Here are the new rules for bringing pets into Mexico...hope this helps.

Bringing Your Pet into Mexico: New 2017 Laws are Being Enforced!


----------



## Gwnortth (Jan 2, 2017)

I was just in playa del carmen and was pulled over at a checkpoint by a local cop.he said I was speeding and had to pay a fine.i said sure I'll pay it but not to you, to the gov.he said then you'll have to go to the police station .i replied let's go I'll follow you.he then got on his phone for a few minutes, came back to me and said he was now giving me a warning and to go on my way.as I pulled away and older couple behind me were forking out money to his partner.they are looking for an easy mark. A local told me later they will take $20 so even if you have to pay just don't pull a wad of hundreds out of your wallet


----------



## eastwind (Jun 18, 2016)

Stop! Pay Troll!

By local cop, you mean PDC police department? Or Tourist police? Anyway, not the Federales? 
$20? I assume you mean they take US currency? Lol at that.

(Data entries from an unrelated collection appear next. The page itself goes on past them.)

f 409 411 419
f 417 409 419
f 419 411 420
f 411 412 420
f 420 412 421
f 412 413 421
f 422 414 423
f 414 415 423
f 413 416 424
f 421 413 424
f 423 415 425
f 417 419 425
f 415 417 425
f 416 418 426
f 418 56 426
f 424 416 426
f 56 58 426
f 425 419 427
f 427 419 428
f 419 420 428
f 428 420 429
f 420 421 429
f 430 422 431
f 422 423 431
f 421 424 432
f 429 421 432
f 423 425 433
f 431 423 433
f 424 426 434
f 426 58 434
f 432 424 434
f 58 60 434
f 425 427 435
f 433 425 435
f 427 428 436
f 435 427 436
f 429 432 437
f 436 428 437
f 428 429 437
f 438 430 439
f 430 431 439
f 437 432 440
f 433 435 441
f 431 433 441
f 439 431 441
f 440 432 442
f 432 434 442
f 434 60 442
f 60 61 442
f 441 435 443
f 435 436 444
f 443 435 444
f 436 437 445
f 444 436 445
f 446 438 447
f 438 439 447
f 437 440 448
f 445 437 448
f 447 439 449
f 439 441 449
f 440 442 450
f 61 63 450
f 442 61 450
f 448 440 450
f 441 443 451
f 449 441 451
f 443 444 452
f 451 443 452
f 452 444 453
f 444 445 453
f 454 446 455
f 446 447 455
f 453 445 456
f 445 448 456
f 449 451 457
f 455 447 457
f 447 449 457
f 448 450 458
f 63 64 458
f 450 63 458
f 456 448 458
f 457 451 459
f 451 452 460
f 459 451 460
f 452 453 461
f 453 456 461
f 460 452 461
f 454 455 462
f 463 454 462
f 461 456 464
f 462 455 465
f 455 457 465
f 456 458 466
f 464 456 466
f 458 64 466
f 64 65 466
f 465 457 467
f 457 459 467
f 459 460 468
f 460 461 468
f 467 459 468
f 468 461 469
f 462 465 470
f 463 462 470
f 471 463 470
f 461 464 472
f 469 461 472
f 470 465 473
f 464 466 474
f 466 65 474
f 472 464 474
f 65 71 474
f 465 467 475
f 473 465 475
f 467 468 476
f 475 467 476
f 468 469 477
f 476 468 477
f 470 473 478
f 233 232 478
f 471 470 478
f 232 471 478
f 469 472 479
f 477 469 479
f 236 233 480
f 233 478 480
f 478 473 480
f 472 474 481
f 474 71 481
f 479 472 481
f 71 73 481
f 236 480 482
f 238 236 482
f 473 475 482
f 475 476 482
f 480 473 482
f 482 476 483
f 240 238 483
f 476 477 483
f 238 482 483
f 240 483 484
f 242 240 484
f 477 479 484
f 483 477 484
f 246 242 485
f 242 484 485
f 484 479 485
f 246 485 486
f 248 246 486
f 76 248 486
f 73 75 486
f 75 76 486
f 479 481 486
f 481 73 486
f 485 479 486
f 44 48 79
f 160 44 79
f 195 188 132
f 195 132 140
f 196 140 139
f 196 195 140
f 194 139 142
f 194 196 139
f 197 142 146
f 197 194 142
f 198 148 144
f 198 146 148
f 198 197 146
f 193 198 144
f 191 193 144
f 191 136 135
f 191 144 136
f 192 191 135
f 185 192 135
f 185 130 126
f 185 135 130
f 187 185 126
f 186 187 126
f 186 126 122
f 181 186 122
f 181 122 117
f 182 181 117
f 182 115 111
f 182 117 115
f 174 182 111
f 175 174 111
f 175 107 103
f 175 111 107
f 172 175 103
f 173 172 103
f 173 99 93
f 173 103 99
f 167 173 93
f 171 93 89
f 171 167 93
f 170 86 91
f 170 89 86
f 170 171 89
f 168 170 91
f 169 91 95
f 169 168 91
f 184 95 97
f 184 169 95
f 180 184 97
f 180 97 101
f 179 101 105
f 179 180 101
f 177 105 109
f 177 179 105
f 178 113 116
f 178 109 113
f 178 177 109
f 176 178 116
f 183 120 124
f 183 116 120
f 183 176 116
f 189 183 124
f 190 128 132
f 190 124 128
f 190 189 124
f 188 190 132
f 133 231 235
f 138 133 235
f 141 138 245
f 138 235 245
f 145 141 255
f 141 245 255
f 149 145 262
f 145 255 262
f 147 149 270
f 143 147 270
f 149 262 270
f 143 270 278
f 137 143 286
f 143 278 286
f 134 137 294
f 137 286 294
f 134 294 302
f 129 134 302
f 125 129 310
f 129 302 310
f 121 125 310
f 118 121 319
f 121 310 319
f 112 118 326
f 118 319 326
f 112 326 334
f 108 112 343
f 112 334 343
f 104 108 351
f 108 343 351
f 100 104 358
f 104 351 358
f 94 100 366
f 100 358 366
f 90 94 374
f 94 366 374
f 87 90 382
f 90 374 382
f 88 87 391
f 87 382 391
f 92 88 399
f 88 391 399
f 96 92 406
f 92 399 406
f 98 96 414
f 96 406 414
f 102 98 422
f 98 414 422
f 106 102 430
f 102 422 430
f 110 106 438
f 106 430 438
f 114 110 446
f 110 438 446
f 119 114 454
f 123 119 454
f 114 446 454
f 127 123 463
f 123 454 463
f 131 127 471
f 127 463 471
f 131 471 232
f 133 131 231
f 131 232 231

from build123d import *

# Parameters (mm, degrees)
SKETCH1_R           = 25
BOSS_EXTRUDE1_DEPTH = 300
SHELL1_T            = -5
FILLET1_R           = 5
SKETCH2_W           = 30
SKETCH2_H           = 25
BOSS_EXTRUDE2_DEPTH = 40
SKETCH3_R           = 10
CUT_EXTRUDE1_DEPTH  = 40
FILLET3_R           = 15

By the way, I was planning on retiring to Thailand for several years, and read a lot about it. In Thailand, the advice is the exact opposite of Mexico. You pay the cop that pulled you over directly and as soon as possible to minimize the fine. If you argue, the price goes up the longer you waste their time and the more embarrassed you make them. The _last_ thing you want to do is force them to take you to the station. If you do, you have to bribe the captain instead of just one of his officers and the price is much higher! They've got plenty of room to keep you until you pay up, too. Hire a lawyer? He'll just negotiate your fine for you, and you'll have to pay him too.


----------



## citlali (Mar 4, 2013)

You do not need to go near Mexico ..from Queretaro go to Puebla via the Arco Norte , you end up in Puebla and then the road is straight as an arrow and without problems.. There ae check points sometimes in the State of Vera Cruz but we never have been asked for mordida on that part of the trip. 
Keep a wallet with some money but not a large amount and your papers.. keep the rest of your mney in a separate place so you never have a bunch of money in your wallet when you open it to pull your driver´s license or whatever..
We used to get hit by the transitos and the Mexico State police befre the Arco Norte but no more thanks to that great freeway..
We have gone down to chiapas once to twice a year dor the last 10 years and since the Arco Norte have not been hit once for mordida south of Queretaro while on the autopistas.
Keep your receipts as you need them as proof you paid .. We hit some metal bar in Vera Cruz State . that destroyed a tire and damaged the car and the insurrance from CAPUFE paid for everything but we had to wait for the green angels to come by and we had to show our receipt.
Have a nice trip.


----------



## Dylemma (Sep 21, 2016)

Thanks for your replies. Very good info.
I am planning my route, trying to find hotels that takes dogs. Any recommendations for Puebla and Guanajuato City?


----------



## citlali (Mar 4, 2013)

I try not to go into large cities with dogs. Between the cuota San Miguel Texmelucan before getting into Puebla and the Vokswagen plant which is on the east side of the autopista there is a motel with a coffee place and an Oxxo I think where truckers stay. It is not a no tell motel but a motel with space around to take the dogs.. They take dogs there.. It is not a great place but it is safe and they accept dogs. Most of the hotels are on the westside of the freeway on the tight going south. There is a Fiesta Inn , a Holiday In.. and several others.. they are all highrises and I never tried to stay there with dogs although I stayed there several times..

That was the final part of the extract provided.